Nikola Bilyk und Bence Imre waren mit je sieben Treffern die besten Kieler Werfer beim 66. Derby-Erfolg und nach zuvor fünf Niederlagen in Serie. Für die Gastgeber war Emil Jakobsen vor 6.300 Zuschauern in der ausverkauften Arena zehnmal erfolgreich.

Die Kieler musste auf ihren Spielmacher Elias Ellefsen á Skipagøtu verzichten. Der Färinger fehlte wegen Schulterproblemen. Dafür stand Torhüter Andreas Wolff, der am Sonntag beim 31:29-Heimsieg über Bundesliga-Spitzenreiter SC Magdeburg einen Gesichtstreffer erlitten hatte, von Beginn an zwischen den Pfosten.

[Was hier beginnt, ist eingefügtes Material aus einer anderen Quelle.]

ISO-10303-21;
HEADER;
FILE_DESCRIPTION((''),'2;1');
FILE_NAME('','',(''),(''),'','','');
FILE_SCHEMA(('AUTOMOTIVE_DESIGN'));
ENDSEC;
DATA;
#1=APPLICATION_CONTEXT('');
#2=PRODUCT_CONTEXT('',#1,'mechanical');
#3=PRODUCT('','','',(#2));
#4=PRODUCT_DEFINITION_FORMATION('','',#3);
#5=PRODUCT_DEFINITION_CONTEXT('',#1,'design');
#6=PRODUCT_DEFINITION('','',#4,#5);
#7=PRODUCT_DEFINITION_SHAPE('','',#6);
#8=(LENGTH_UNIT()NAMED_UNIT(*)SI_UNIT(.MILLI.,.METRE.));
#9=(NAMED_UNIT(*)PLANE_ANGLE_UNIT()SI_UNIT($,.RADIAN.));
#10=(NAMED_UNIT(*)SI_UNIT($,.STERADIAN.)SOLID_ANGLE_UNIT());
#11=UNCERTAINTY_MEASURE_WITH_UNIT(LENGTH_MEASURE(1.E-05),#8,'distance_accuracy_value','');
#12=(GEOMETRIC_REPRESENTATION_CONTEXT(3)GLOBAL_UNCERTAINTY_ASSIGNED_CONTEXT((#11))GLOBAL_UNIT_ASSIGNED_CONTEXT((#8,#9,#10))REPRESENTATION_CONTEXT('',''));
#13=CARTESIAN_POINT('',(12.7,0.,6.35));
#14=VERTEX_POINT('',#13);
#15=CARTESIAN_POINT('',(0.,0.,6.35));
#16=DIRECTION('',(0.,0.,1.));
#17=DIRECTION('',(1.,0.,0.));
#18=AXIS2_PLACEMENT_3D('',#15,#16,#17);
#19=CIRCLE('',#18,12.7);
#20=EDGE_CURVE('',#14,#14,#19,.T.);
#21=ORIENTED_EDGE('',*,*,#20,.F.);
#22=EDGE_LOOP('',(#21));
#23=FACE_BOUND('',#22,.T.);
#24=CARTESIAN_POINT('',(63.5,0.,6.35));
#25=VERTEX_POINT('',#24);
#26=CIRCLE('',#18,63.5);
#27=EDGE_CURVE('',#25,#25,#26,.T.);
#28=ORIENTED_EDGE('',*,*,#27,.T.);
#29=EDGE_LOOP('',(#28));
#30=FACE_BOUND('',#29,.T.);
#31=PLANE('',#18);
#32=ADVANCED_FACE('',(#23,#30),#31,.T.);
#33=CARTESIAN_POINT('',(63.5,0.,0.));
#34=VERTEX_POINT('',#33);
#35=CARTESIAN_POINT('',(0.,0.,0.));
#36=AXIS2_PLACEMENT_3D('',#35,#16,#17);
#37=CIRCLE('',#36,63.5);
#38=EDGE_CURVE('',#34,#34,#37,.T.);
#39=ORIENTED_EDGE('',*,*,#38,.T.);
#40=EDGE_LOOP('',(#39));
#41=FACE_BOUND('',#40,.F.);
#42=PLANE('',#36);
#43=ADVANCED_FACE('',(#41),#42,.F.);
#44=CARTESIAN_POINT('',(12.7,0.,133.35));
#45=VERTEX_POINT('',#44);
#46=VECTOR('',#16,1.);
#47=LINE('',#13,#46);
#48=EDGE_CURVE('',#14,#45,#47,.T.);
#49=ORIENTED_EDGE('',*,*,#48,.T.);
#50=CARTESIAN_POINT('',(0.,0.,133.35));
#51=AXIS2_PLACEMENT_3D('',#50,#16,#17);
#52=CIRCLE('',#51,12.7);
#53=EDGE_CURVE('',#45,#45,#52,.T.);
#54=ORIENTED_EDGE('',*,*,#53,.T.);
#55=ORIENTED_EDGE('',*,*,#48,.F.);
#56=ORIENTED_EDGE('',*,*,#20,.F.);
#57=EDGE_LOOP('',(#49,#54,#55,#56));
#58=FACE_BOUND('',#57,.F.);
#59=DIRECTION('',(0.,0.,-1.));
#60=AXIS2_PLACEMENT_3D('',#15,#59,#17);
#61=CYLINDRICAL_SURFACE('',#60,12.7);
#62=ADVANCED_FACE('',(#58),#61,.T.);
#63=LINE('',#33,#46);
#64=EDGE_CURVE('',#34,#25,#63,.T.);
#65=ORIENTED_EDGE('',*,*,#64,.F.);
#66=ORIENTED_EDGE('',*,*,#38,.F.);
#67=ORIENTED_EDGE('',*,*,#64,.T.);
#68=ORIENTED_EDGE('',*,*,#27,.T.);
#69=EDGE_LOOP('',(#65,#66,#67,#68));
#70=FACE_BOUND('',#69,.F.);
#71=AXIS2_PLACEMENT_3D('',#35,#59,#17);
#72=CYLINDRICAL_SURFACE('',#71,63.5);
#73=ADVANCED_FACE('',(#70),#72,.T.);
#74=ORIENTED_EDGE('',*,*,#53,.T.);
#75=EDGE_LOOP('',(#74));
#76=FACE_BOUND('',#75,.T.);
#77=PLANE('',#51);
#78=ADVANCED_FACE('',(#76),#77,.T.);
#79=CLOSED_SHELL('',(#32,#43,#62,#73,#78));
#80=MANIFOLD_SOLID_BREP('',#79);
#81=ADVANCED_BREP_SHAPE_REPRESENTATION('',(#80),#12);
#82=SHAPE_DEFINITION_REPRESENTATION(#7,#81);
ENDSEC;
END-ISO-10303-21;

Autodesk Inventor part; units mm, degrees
ref_plane "YZ Plane" through (0, 0, 0) normal (1, 0, 0) x (0, 1, 0)
ref_plane "XZ Plane" through (0, 0, 0) normal (0, 1, 0) x (-1, 0, 0)
ref_plane "XY Plane" through (0, 0, 0) normal (0, 0, 1) x (1, 0, 0)
sketch "Sketch1" plane through (0, 0, 0) normal (0, 0, 1) x (1, 0, 0)
  circle A0 centre (0, 0) radius 63.5
  dimension "d0" = 127
extrude "Extrusion1" add sketch "Sketch1" along normal blind 6.35
sketch "Sketch2" plane through (0, 0, 6.35) normal (0, 0, 1) x (1, 0, 0)
  circle A0 centre (0, 0) radius 12.7
  dimension "d3" = 25.4
extrude "Extrusion2" add sketch "Sketch2" along normal blind 127
equation "\"d0\" = IG_gearDiameter"
equation "\"d1\" = IG_gearThickness"
equation "\"d3\" = IG_shaftDiameter"
equation "\"d4\" = IG_shaftLength"
equation "\"Wheel_Related_W_\" = 0"
equation "\"W_innerDiameter\" = 254"
equation "\"W_innerDepth\" = 50.8"
equation "\"W_wallThickness\" = 6.35"
equation "\"W_holesClearance\" = 0.254"
equation "\"W_outerGearHoleDiameter\" = 13.208"
equation "\"W_innerGearHoleDiameter\" = 38.608"
equation "\"TempSpotReserved7\" = 0"
equation "\"TempSpotReserved8\" = 0"
equation "\"TempSpotReserved9\" = 0"
equation "\"TempSpotReserved10\" = 0"
equation "\"TempSpotReserved11\" = 0"
equation "\"TempSpotReserved12\" = 0"
equation "\"TempSpotReserved13\" = 0"
equation "\"TempSpotReserved14\" = 0"
equation "\"TempSpotReserved15\" = 0"
equation "\"TempSpotReserved16\" = 0"
equation "\"TempSpotReserved17\" = 0"
equation "\"TempSpotReserved18\" = 0"
equation "\"TempSpotReserved19\" = 0"
equation "\"TempSpotReserved20\" = 0"
equation "\"Inner_Gear_Related_IG_\" = 0"
equation "\"IG_shaftDiameter\" = 25.4"
equation "\"IG_gearDiameter\" = 127"
equation "\"IG_shaftLength\" = 127"
equation "\"IG_gearThickness\" = 6.35"
equation "\"TempSpotReserved25\" = 0"
equation "\"TempSpotReserved26\" = 0"
equation "\"TempSpotReserved27\" = 0"
equation "\"TempSpotReserved28\" = 0"
equation "\"TempSpotReserved29\" = 0"
equation "\"TempSpotReserved30\" = 0"
equation "\"TempSpotReserved31\" = 0"
equation "\"TempSpotReserved32\" = 0"
equation "\"TempSpotReserved33\" = 0"
equation "\"TempSpotReserved34\" = 0"
equation "\"TempSpotReserved35\" = 0"
equation "\"TempSpotReserved36\" = 0"
equation "\"TempSpotReserved37\" = 0"
equation "\"TempSpotReserved38\" = 0"
equation "\"TempSpotReserved39\" = 0"
equation "\"TempSpotReserved40\" = 0"
equation "\"Outer_Gear_Related_OG_\" = 0"
equation "\"OG_distanceFromCenter\" = 88.9"
equation "\"OG_shaftDiameter\" = 12.7"
equation "\"OG_gearDiameter\" = 50.8"
equation "\"OG_shaftLength\" = 57.15"
equation "\"OG_gearThickness\" = 6.35"
equation "\"TempSpotReserved47\" = 0"
equation "\"TempSpotReserved48\" = 0"
equation "\"TempSpotReserved49\" = 0"
equation "\"TempSpotReserved50\" = 0"
equation "\"TempSpotReserved51\" = 0"
equation "\"TempSpotReserved52\" = 0"
equation "\"TempSpotReserved53\" = 0"
equation "\"TempSpotReserved54\" = 0"
equation "\"TempSpotReserved55\" = 0"
equation "\"TempSpotReserved56\" = 0"
equation "\"TempSpotReserved57\" = 0"
equation "\"TempSpotReserved58\" = 0"
equation "\"TempSpotReserved59\" = 0"
equation "\"TempSpotReserved60\" = 0"
equation "\"Leg_Extensions_Related_LE_\" = 0"
equation "\"LE_baseDiameter\" = 19.05"
equation "\"LE_maxLength\" = 93.92488"
equation "\"LE_thickness\" = 19.05"
equation "\"IG_ratioToOuterGear\" = 2.5"
equation "\"B_bearingThickness\" = 6.35"
equation "\"TempSpotReserved43\" = 0"
equation "\"TempSpotReserved45\" = 0"
equation "\"Thisisatest\" = 25.4"
equation "\"TempSpotReserved46\" = 0"
equation "\"TempSpotReserved44\" = 0"
equation "\"LE_offsetAboveOuterGear\" = 0"
equation "\"Bearing_Related_B_\" = 0"
equation "\"TempSpotReserved42\" = 0"
properties part number "innerGear_1"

Andreas Wolff glänzt in der Schlussphase

Nach einem ausgeglichenen Start in die Partie hatten die Flensburger ihre erste gute Phase. Domen Novak erzielte in der 22. Minute das 11:8, Patrick Volz sorgte per Tempogegenstoß für das 14:10 (27.) und damit erstmals für einen Vorsprung von vier Treffern. Das änderte sich zu Beginn der zweiten Hälfte. Der erst 18 Jahre alte Rasmus Ankermann sorgte für das 20:18 (39.) der «Zebras».

In der Endphase glänzte Wolff mit starken Paraden gegen Jakobsen, Lasse Möller und Aksel Horgen. Das 30:27 der Kieler durch den Siebenmeter-Nachwurf von Imre (57.) holten die Gastgeber nicht mehr auf.